What is required
Here is the task for the records below: repeat exactly the lines from the one with "#51=ORIENTED_EDGE('',*,*,#20,.T.);" to the one with "#77=FACE_BOUND('',#76,.T.);", both included, and nothing else.
*** Data extract ***
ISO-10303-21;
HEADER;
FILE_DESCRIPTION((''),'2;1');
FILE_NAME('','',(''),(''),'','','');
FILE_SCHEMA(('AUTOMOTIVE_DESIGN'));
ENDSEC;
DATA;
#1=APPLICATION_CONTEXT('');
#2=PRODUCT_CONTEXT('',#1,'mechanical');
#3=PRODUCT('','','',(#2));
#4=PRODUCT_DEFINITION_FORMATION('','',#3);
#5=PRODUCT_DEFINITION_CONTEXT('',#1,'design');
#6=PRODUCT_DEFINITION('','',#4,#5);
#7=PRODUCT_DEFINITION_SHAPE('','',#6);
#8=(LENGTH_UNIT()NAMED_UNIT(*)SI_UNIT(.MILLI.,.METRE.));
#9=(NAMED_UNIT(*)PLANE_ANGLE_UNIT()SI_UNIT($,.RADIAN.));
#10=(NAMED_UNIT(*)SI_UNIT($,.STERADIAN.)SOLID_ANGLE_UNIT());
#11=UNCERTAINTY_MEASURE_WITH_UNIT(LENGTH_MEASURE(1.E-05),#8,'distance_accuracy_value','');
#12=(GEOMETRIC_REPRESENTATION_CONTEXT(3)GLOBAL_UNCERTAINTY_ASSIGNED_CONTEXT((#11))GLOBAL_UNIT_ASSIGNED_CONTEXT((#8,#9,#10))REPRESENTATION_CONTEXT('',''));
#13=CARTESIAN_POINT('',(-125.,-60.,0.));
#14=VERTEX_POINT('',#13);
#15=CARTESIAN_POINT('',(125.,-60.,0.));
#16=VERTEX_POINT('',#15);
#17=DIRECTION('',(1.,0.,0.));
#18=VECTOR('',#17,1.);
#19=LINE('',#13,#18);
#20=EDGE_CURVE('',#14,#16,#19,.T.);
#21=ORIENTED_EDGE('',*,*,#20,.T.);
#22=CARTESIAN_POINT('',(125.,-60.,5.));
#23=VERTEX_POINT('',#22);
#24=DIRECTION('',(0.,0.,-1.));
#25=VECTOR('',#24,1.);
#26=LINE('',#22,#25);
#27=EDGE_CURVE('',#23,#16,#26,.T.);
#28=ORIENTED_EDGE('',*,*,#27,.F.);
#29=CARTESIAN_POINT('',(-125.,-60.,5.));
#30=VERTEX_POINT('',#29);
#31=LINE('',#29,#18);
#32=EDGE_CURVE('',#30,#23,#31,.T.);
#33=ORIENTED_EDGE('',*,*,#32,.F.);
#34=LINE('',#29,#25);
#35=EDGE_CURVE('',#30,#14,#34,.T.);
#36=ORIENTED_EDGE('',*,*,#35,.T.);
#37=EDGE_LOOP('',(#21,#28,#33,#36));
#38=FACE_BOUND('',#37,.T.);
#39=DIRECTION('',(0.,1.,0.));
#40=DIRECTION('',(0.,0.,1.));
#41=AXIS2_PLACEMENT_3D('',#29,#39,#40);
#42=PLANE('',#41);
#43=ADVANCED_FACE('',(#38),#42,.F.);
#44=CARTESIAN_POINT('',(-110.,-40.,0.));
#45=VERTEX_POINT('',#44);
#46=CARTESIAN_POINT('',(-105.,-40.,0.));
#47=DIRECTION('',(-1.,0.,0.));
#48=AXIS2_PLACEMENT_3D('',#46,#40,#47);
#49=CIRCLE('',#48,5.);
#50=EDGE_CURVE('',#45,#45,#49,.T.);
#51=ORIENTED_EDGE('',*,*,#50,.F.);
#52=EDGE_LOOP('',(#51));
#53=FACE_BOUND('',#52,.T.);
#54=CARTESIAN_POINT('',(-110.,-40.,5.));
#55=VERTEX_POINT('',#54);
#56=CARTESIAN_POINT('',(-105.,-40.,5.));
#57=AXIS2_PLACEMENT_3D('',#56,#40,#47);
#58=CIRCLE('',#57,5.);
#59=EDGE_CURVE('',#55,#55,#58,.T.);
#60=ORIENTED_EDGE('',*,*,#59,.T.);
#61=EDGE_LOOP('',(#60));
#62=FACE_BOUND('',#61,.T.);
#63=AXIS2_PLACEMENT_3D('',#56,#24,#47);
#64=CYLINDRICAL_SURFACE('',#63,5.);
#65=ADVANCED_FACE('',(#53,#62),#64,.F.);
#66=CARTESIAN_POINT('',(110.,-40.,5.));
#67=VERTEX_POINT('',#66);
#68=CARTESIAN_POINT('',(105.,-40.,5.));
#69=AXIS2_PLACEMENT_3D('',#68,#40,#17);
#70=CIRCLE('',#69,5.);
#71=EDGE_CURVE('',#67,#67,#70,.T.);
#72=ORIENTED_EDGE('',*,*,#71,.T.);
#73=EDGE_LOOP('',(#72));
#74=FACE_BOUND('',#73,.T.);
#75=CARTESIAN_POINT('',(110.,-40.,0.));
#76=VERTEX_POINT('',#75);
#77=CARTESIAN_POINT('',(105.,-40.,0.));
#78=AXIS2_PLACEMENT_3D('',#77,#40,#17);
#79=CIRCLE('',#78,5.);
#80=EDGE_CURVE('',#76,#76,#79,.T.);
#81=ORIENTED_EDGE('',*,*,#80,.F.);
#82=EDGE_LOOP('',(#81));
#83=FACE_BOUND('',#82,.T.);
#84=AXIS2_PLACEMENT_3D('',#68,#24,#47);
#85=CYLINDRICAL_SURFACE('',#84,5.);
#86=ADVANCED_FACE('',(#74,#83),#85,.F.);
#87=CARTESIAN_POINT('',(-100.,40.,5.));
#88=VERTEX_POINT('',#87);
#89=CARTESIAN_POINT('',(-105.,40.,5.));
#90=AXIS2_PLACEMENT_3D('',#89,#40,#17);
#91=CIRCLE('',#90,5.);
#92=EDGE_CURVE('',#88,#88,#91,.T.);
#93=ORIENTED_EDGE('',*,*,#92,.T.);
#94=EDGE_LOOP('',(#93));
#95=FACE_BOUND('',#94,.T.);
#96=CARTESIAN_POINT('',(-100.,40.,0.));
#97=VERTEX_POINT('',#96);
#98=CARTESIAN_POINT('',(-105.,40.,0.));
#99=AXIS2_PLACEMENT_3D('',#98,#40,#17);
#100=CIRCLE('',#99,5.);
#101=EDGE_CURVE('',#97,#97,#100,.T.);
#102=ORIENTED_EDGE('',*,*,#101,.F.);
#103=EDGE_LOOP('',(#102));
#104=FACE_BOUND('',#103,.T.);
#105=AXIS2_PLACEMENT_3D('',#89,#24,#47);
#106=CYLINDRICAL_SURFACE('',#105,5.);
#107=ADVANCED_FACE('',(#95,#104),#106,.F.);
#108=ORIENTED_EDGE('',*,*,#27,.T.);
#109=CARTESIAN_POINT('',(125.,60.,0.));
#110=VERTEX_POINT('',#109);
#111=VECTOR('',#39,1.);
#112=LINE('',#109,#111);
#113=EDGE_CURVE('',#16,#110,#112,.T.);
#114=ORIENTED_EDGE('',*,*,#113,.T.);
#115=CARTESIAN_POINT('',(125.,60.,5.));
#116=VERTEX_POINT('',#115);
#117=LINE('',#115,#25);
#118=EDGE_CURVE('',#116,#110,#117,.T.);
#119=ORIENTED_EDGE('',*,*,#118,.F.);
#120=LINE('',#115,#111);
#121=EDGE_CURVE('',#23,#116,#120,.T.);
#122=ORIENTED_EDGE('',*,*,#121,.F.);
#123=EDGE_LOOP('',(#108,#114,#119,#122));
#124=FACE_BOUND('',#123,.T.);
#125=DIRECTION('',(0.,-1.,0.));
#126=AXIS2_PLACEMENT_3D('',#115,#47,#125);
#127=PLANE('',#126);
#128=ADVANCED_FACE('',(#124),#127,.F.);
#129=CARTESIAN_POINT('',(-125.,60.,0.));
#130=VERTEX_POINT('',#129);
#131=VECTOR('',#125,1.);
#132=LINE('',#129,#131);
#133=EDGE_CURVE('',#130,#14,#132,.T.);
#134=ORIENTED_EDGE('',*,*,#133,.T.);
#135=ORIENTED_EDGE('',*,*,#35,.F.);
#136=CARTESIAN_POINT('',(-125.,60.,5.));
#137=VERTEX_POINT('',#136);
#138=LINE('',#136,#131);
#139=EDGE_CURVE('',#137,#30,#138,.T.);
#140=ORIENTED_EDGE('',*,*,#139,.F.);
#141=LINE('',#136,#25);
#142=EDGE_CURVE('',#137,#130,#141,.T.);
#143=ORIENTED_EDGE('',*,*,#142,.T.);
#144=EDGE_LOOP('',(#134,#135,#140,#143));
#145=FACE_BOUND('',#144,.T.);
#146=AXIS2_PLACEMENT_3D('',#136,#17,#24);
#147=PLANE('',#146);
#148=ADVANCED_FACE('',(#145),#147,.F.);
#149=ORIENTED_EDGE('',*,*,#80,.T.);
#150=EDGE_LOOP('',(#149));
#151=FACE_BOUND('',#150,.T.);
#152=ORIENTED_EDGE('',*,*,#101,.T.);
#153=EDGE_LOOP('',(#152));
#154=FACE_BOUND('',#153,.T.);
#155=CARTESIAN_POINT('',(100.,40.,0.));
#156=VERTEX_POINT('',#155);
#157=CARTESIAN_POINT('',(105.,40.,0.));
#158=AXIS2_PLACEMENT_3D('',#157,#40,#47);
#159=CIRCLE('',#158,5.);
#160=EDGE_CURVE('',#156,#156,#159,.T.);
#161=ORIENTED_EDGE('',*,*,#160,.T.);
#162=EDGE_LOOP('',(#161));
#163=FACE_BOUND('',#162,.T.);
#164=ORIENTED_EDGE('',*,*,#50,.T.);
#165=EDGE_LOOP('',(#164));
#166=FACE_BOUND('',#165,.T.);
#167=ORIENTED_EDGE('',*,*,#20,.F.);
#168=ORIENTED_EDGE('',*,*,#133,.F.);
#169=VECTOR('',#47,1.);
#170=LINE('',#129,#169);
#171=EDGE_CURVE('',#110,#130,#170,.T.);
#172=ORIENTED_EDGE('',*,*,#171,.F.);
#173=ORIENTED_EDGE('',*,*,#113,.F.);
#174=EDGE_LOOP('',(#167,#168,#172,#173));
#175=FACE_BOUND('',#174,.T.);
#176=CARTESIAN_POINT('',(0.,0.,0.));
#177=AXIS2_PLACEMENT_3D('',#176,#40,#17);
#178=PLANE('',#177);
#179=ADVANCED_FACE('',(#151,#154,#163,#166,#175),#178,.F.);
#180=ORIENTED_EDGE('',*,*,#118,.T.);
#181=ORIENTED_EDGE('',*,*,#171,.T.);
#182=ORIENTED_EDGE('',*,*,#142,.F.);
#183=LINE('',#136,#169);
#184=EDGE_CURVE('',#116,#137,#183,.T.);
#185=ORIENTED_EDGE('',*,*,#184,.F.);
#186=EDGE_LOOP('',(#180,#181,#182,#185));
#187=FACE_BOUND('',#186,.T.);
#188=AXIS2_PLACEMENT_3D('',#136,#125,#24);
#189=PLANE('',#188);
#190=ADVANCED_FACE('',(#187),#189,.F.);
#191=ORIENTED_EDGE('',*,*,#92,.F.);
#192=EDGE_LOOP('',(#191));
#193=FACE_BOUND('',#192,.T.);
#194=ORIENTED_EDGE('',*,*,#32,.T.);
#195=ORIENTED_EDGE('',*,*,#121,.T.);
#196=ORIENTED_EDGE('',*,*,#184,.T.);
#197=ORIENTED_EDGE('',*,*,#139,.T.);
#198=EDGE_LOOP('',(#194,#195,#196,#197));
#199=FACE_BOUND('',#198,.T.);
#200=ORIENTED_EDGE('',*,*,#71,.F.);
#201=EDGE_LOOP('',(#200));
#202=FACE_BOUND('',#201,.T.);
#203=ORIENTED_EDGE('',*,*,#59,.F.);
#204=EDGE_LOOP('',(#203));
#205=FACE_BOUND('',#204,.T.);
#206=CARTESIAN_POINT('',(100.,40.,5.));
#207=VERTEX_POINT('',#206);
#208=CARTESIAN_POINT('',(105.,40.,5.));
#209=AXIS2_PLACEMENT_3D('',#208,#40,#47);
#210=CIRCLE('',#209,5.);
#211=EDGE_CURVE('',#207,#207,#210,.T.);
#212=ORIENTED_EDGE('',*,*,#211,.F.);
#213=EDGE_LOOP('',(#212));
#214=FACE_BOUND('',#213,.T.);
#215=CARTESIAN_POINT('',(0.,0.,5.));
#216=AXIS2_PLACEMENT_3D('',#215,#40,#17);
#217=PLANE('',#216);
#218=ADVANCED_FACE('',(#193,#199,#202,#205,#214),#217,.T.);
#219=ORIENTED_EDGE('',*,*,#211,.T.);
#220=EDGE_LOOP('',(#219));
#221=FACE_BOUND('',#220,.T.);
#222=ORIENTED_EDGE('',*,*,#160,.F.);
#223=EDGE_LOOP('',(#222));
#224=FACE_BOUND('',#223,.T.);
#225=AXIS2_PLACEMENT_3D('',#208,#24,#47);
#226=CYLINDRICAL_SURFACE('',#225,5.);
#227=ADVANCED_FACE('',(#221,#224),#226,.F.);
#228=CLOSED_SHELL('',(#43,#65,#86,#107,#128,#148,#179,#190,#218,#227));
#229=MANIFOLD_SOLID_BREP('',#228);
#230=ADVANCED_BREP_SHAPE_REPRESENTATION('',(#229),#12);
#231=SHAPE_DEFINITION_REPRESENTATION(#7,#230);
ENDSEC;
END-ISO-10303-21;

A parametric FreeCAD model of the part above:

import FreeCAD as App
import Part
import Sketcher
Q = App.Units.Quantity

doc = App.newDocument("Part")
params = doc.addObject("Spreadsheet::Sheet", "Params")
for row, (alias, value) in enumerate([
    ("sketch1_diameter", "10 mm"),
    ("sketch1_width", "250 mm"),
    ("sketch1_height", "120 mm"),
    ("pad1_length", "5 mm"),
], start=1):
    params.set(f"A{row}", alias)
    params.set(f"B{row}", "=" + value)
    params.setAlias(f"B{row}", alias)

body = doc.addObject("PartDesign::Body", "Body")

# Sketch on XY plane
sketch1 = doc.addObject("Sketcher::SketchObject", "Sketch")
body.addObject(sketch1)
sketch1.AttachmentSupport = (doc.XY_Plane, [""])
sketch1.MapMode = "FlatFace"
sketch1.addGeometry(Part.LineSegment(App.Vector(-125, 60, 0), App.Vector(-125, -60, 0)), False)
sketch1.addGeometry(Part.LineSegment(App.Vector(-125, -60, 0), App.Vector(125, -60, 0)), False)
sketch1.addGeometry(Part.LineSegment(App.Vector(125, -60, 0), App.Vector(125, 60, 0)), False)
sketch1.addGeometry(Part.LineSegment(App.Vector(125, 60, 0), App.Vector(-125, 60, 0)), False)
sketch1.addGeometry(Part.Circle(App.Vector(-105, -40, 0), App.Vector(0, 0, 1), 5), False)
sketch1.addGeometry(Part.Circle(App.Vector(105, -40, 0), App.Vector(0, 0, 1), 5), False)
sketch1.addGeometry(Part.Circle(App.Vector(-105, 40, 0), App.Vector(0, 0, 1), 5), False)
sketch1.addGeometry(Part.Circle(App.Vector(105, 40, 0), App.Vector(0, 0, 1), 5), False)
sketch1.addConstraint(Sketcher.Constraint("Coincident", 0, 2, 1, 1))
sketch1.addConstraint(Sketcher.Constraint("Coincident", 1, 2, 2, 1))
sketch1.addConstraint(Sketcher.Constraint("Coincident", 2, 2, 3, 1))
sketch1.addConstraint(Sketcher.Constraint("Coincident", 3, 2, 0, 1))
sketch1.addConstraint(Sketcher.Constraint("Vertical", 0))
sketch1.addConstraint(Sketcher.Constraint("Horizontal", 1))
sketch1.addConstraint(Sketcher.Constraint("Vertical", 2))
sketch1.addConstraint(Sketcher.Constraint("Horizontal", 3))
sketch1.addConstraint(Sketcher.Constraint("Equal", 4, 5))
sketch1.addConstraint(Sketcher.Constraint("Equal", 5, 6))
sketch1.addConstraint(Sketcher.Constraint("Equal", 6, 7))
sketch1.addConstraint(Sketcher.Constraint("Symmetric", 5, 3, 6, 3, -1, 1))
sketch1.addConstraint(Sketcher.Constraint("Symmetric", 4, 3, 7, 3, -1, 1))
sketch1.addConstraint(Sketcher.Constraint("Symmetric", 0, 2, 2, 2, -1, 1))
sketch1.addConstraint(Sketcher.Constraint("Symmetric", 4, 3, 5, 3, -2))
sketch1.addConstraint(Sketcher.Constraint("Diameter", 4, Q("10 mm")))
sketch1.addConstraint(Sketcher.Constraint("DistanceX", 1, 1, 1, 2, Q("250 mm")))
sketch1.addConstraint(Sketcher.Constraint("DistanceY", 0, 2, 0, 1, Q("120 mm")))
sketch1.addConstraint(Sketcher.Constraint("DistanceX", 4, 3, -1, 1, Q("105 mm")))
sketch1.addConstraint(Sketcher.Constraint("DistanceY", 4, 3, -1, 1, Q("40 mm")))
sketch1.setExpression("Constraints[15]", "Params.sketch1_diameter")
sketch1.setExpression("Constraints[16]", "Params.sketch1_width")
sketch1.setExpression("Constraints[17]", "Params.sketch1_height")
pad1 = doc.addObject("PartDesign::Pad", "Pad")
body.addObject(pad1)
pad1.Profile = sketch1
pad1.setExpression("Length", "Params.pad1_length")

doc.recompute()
*** End of Data extract ***
*** Data extract ***
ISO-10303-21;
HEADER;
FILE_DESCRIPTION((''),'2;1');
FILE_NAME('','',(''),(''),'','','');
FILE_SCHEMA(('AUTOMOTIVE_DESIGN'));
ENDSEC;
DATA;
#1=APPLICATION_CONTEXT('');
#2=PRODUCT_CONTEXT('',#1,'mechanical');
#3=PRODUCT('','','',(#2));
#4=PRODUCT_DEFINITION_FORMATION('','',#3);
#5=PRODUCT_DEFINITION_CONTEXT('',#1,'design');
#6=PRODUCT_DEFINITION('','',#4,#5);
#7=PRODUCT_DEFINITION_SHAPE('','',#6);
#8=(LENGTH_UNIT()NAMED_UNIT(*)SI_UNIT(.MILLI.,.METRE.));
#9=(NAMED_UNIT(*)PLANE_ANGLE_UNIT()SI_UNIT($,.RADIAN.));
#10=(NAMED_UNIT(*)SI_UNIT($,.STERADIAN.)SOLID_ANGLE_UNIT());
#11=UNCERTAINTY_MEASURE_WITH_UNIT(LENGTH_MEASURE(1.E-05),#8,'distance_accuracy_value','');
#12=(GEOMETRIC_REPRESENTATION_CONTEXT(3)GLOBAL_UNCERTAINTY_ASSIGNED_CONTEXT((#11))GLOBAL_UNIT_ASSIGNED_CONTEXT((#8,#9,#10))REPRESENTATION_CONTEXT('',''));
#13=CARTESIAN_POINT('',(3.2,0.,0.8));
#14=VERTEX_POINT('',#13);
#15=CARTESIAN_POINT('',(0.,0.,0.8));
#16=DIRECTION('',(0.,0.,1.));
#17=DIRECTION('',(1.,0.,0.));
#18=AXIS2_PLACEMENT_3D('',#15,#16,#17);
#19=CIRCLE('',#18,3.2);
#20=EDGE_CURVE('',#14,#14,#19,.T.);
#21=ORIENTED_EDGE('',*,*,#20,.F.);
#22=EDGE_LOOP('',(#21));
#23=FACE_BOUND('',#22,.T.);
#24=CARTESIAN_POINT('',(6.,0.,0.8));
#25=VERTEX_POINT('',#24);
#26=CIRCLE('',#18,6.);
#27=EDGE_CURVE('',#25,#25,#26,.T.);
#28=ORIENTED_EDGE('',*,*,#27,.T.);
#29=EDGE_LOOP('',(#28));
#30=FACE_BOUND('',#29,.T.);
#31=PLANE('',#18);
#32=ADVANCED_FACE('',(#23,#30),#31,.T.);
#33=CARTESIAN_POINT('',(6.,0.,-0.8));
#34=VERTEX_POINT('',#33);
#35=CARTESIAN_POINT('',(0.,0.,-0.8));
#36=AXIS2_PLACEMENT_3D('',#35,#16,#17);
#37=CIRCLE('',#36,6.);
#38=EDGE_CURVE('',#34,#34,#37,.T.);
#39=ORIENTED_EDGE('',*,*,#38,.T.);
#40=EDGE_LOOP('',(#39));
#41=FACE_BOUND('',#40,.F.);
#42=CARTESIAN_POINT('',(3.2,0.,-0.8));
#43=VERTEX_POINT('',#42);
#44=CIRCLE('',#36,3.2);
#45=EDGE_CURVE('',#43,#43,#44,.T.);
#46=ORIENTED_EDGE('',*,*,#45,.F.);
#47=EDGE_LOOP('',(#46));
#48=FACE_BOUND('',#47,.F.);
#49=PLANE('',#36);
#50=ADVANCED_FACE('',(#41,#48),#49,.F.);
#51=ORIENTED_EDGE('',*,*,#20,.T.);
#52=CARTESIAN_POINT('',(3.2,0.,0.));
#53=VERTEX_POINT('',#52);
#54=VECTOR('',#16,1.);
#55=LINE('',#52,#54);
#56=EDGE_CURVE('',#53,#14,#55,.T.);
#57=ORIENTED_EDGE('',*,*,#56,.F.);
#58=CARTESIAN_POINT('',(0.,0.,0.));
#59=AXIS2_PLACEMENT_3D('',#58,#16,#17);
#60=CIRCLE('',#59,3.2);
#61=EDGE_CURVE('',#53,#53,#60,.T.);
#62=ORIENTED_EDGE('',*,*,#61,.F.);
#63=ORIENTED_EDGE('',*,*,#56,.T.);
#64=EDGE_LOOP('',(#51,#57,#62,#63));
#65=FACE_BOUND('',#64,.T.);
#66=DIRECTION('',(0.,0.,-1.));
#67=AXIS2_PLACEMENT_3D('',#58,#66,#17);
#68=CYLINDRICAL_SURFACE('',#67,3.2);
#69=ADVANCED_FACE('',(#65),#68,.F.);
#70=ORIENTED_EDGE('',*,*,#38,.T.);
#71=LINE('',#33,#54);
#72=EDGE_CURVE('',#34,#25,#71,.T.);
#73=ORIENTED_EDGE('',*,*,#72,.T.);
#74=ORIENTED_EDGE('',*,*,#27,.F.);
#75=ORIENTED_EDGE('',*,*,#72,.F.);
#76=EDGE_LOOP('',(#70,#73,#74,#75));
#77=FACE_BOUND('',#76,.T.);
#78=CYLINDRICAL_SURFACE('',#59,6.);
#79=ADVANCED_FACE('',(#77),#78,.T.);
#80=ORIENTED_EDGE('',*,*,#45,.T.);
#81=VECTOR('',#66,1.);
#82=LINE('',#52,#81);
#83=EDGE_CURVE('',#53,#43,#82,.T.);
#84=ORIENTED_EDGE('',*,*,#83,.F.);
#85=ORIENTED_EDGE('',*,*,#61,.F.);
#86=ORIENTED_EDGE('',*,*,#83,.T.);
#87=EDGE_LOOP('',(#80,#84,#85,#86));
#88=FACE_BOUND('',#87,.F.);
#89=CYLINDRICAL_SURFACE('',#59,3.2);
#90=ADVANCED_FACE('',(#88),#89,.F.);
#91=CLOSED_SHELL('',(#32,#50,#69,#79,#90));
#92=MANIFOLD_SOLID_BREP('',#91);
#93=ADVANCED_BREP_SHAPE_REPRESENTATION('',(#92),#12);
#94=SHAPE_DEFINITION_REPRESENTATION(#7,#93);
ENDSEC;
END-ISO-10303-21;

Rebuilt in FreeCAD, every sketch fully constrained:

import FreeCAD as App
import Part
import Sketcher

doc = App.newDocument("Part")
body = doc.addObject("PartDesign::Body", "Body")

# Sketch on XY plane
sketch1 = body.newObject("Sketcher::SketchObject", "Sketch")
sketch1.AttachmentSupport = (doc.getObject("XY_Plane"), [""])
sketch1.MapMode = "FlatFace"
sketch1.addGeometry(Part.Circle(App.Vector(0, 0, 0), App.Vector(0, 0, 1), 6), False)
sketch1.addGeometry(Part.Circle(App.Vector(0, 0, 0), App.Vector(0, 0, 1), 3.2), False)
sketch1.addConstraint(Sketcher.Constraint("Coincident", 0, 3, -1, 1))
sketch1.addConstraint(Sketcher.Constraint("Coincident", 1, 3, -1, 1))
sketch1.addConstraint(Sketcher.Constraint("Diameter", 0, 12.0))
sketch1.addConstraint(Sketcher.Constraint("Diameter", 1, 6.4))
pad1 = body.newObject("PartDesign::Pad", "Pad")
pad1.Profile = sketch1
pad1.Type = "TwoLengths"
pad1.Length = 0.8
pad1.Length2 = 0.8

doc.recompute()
*** End of Data extract ***
Solution to this problem
#51=ORIENTED_EDGE('',*,*,#20,.T.);
#52=CARTESIAN_POINT('',(3.2,0.,0.));
#53=VERTEX_POINT('',#52);
#54=VECTOR('',#16,1.);
#55=LINE('',#52,#54);
#56=EDGE_CURVE('',#53,#14,#55,.T.);
#57=ORIENTED_EDGE('',*,*,#56,.F.);
#58=CARTESIAN_POINT('',(0.,0.,0.));
#59=AXIS2_PLACEMENT_3D('',#58,#16,#17);
#60=CIRCLE('',#59,3.2);
#61=EDGE_CURVE('',#53,#53,#60,.T.);
#62=ORIENTED_EDGE('',*,*,#61,.F.);
#63=ORIENTED_EDGE('',*,*,#56,.T.);
#64=EDGE_LOOP('',(#51,#57,#62,#63));
#65=FACE_BOUND('',#64,.T.);
#66=DIRECTION('',(0.,0.,-1.));
#67=AXIS2_PLACEMENT_3D('',#58,#66,#17);
#68=CYLINDRICAL_SURFACE('',#67,3.2);
#69=ADVANCED_FACE('',(#65),#68,.F.);
#70=ORIENTED_EDGE('',*,*,#38,.T.);
#71=LINE('',#33,#54);
#72=EDGE_CURVE('',#34,#25,#71,.T.);
#73=ORIENTED_EDGE('',*,*,#72,.T.);
#74=ORIENTED_EDGE('',*,*,#27,.F.);
#75=ORIENTED_EDGE('',*,*,#72,.F.);
#76=EDGE_LOOP('',(#70,#73,#74,#75));
#77=FACE_BOUND('',#76,.T.);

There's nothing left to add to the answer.